I don't see myself doing bulky yarns - other than what I have already produced- plain old bulky in size, nothing artsy. I'd not know how to begin to do anything with it. I'll wait until it starts to go out of style to get interested if I follow my usual pattern. And as I picture some artsy yarn in my head, I think, "that would look cool SEWN to a heavy fabric and made into a bag"....so I probably DO need something for bulky yarns too...._Sigh_.....or perhaps that means it's on it's way out already?

As for the Babe- I think I could build one of those myself. I tried on at the MI FF last year. I do like the wood look better. But it's a bonus to be able to add pieces later as my skills and interests grow and develop so I'll not rule it out. I'd never have thought of having one wheel just for plying, another for spinning each weight of yarn....don't think my house is that big. Mostly, I need medium weight yarn. I am enjoying learning more about spinning wheels.


----------



## PKBoo (Apr 10, 2008)

The very best thing you can do is to try different wheels. One of them will just FEEL right!

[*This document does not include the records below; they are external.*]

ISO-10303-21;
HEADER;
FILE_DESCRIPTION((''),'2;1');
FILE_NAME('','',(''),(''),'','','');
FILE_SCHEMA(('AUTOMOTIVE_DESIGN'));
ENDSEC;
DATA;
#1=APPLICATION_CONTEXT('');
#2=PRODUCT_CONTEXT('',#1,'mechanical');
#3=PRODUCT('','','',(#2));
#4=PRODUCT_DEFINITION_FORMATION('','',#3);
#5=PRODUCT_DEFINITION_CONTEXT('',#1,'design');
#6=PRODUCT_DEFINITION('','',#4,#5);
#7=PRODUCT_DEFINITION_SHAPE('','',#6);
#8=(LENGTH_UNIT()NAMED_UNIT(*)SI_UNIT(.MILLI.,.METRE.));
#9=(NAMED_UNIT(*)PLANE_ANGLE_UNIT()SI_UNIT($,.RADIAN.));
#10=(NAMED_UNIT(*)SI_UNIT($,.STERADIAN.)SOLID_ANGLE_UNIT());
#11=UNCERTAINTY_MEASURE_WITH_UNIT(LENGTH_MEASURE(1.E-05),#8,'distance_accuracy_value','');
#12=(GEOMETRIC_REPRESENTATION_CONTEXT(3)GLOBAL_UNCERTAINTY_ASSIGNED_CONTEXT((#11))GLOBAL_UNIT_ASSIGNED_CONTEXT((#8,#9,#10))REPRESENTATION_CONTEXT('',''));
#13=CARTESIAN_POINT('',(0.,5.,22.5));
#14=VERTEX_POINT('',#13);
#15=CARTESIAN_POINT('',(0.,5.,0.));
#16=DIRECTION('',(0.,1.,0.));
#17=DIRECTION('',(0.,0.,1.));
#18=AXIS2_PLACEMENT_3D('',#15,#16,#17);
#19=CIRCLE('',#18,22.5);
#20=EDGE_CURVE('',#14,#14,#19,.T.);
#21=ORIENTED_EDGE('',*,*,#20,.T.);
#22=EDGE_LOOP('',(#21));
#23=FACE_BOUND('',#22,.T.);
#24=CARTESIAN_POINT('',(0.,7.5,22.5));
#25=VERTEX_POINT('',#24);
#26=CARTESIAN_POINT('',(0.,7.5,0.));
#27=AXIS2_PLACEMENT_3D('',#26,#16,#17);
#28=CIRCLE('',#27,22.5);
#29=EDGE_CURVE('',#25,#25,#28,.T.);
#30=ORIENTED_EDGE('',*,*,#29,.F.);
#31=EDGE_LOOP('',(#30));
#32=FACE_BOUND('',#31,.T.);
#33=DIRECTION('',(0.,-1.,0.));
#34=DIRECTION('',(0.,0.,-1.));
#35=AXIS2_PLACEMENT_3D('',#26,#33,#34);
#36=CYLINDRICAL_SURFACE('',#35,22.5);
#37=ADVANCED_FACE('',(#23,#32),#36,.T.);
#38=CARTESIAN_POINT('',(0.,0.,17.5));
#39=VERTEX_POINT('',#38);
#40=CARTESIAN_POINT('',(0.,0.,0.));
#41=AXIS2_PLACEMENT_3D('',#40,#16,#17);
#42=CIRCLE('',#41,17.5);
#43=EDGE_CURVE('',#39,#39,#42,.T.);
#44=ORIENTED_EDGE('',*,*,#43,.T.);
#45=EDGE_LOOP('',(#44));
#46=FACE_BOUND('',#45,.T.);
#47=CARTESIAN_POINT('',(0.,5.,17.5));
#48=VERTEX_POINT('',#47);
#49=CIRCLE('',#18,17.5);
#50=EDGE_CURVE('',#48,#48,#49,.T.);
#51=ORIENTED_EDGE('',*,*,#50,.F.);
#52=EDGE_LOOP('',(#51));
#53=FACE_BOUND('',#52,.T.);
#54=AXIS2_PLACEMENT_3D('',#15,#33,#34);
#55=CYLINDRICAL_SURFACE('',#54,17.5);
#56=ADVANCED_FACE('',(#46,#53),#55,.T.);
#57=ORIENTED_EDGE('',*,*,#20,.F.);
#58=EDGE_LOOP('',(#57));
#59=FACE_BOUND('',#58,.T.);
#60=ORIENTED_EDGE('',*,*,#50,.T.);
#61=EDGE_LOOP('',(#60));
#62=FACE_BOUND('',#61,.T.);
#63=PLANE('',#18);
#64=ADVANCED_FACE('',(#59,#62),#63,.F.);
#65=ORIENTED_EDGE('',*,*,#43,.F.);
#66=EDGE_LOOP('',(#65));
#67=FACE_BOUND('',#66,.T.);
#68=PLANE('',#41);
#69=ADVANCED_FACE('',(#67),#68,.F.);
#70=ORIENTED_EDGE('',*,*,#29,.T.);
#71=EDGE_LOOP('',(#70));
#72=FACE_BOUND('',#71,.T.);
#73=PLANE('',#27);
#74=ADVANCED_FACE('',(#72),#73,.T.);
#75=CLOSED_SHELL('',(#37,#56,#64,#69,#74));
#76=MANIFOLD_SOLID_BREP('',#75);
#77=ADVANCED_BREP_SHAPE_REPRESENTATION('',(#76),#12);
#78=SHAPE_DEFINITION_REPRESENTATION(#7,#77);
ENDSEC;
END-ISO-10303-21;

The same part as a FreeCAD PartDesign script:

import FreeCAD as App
import Part
import Sketcher

V = App.Vector

doc = App.newDocument("Part")
body = doc.addObject("PartDesign::Body", "Body")

sketch1 = body.newObject("Sketcher::SketchObject", "Sketch")
sketch1.AttachmentSupport = (doc.getObject("XZ_Plane"), [""])
sketch1.MapMode = "FlatFace"
sketch1.addGeometry(Part.Circle(V(0, 0, 0), V(0, 0, 1), 17.5), False)
sketch1.addConstraint(Sketcher.Constraint("Coincident", 0, 3, -1, 1))
sketch1.addConstraint(Sketcher.Constraint("Diameter", 0, 35.0))
pad1 = body.newObject("PartDesign::Pad", "Pad")
pad1.Profile = sketch1
pad1.Length = 5
pad1.Reversed = True

sketch2 = body.newObject("Sketcher::SketchObject", "Sketch001")
sketch2.AttachmentSupport = (doc.getObject("XZ_Plane"), [""])
sketch2.MapMode = "FlatFace"
sketch2.AttachmentOffset = App.Placement(V(0, 0, -5), App.Rotation())
sketch2.addGeometry(Part.Circle(V(0, 0, 0), V(0, 0, 1), 22.5), False)
sketch2.addConstraint(Sketcher.Constraint("Coincident", 0, 3, -1, 1))
sketch2.addConstraint(Sketcher.Constraint("Diameter", 0, 45.0))
pad2 = body.newObject("PartDesign::Pad", "Pad001")
pad2.Profile = sketch2
pad2.Length = 2.5
pad2.Reversed = True

doc.recompute()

I tried several, and ended up with an Ashford Traveler over three years ago, and I have not outgrown it. Heck, I just changed the ratio a few months ago because of this site :teehee: I really love the way it looks and the way it spins. 

I did pick up a cheap little Hitchhiker that I could take with me when I travel, and I do use that to ply now, but the Traveler works just as well. 

So take a bagful of roving, and head to the local yarn store, and give 'em a spin! :clap:


----------



## frazzlehead (Aug 23, 2005)

You *could* build one - but balancing the flyer is tricky and bobbins are a hassle to create and really, for $250 you can have one sent to your door. Your time's worth that much!

I, too, love the wooden wheels (that aforementioned collection ... ahem). But for all around ease of transportation, ease of treadling and variety of ratios 'out of the box', availability of extras, and sheer ingenuity, you can't beat a Babe. 

Now, she's not my daily spinner. Right now, I mostly spin on supported spindles, believe it or not. I have a great wheel, a little Lithuanian (which does nice fine yarn without insane treadling, due to the design of the wheel), a Canadian Production Wheel (my wheel of choice, though she's on hold right now waiting on a flyer repair), and the Babe, who is my plying wheel, my art yarn wheel, my 'go out in public and spin' wheel. Oh yeah, and I'm about to acquire a Norwegian. 

I do have lots of room, so I can indulge in my insanity.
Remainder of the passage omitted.